SIGINT is also highly dependent on, and involved with, encryption. Cryptography and Cryptanalysis. These disciplines are two sides of the same coin: one encodes and one decodes, respectively. The overall importance of those two disciplines far exceeds their application to things like intelligence collection or national security. Almost anything that involves the coded sequence of ones and zeros these days jumps through one hoop or the other — to a certain degree.

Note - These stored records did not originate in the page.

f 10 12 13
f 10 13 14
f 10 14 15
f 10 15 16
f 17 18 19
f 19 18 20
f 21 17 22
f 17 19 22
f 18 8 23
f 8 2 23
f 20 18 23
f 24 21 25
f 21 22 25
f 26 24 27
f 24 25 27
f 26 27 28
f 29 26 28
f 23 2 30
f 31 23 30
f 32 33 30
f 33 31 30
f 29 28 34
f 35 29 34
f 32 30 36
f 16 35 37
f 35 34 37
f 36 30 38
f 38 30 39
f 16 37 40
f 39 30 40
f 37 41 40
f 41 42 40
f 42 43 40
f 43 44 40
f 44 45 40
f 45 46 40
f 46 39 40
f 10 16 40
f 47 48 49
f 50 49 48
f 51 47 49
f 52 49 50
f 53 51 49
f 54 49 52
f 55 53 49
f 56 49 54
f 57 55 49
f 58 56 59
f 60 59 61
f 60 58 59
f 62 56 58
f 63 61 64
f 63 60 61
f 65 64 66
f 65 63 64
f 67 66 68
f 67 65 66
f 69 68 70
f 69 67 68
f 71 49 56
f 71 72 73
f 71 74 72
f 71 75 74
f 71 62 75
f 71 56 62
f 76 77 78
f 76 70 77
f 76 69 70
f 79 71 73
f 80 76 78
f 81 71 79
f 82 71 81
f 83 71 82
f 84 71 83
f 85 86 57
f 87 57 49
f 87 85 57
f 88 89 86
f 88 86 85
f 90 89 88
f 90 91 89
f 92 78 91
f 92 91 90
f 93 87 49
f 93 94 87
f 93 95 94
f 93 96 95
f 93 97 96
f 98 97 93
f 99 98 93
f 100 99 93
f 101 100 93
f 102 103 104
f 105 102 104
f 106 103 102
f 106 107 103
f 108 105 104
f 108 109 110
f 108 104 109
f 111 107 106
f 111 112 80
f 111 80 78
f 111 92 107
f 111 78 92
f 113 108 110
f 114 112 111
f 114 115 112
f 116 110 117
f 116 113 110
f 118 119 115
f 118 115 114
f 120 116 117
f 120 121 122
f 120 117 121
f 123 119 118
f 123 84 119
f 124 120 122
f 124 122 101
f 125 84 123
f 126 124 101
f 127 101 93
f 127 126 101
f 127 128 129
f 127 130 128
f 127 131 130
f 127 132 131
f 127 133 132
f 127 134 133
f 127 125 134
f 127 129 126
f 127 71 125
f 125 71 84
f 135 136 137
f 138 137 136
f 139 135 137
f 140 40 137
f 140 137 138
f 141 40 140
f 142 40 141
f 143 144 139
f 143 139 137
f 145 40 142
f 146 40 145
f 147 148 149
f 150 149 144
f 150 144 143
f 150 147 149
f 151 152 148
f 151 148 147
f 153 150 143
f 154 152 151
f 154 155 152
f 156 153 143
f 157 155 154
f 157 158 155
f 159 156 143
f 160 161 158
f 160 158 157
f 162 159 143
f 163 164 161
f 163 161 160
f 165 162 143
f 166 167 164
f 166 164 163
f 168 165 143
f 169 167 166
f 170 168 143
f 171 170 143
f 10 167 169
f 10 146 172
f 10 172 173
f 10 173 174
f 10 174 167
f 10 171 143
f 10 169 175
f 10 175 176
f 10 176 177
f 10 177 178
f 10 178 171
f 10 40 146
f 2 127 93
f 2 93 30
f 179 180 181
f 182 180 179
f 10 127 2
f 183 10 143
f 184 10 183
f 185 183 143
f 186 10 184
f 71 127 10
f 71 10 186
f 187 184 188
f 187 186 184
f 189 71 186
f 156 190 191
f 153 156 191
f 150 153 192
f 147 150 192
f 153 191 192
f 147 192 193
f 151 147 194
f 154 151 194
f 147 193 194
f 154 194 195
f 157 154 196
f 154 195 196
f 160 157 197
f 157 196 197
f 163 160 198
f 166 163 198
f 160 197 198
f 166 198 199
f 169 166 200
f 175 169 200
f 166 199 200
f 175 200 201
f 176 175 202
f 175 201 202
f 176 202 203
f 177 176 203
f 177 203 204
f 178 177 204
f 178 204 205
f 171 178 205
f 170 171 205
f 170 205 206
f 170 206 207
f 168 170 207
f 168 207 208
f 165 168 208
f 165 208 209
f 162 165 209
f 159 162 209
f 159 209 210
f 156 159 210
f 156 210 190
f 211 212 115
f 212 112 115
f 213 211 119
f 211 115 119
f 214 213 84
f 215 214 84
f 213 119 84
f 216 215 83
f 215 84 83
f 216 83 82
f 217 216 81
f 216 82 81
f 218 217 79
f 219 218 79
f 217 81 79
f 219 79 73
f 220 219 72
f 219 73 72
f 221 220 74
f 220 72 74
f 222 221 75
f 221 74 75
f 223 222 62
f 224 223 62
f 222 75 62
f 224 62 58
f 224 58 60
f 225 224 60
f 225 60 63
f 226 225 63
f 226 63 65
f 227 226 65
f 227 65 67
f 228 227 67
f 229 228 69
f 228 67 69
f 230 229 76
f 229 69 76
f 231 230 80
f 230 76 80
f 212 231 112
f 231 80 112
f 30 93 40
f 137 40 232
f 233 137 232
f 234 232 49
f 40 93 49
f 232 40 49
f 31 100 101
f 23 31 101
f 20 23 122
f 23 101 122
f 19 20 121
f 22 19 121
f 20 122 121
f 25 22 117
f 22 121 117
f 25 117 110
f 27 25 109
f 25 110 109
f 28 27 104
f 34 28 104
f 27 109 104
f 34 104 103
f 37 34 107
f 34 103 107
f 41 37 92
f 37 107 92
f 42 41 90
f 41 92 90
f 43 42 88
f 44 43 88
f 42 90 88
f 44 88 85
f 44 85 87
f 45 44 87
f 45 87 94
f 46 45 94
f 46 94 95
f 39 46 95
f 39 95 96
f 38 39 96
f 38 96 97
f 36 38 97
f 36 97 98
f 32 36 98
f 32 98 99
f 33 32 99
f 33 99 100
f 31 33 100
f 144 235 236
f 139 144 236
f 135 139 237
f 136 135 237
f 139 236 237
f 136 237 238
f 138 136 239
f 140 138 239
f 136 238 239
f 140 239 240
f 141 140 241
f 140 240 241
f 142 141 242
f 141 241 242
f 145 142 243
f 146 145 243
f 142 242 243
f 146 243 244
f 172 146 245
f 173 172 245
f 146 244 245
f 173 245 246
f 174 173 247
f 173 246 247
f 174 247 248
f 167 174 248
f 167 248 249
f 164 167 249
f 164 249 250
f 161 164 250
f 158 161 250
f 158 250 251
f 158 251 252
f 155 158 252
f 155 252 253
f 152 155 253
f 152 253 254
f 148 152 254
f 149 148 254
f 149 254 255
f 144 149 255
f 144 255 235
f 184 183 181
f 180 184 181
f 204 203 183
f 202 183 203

Within the United States Intelligence Community, there are several organizations, units, and platforms that provide SIGINT capabilities. The most notable, of course, is the National Security Agency. Yet every branch of the military provides many levels of SIGINT capability, operation, and support. From strategic levels, which directly support the NSA and national policy objectives, to highly tactical elements and “frontline” units such as the USMC’s Radio Reconnaissance Platoons or Army Special Forces SOT-As. SIGINT trickles as far down as brigade combat teams and maneuver battalions. SIGINT troops and systems exist for direct support.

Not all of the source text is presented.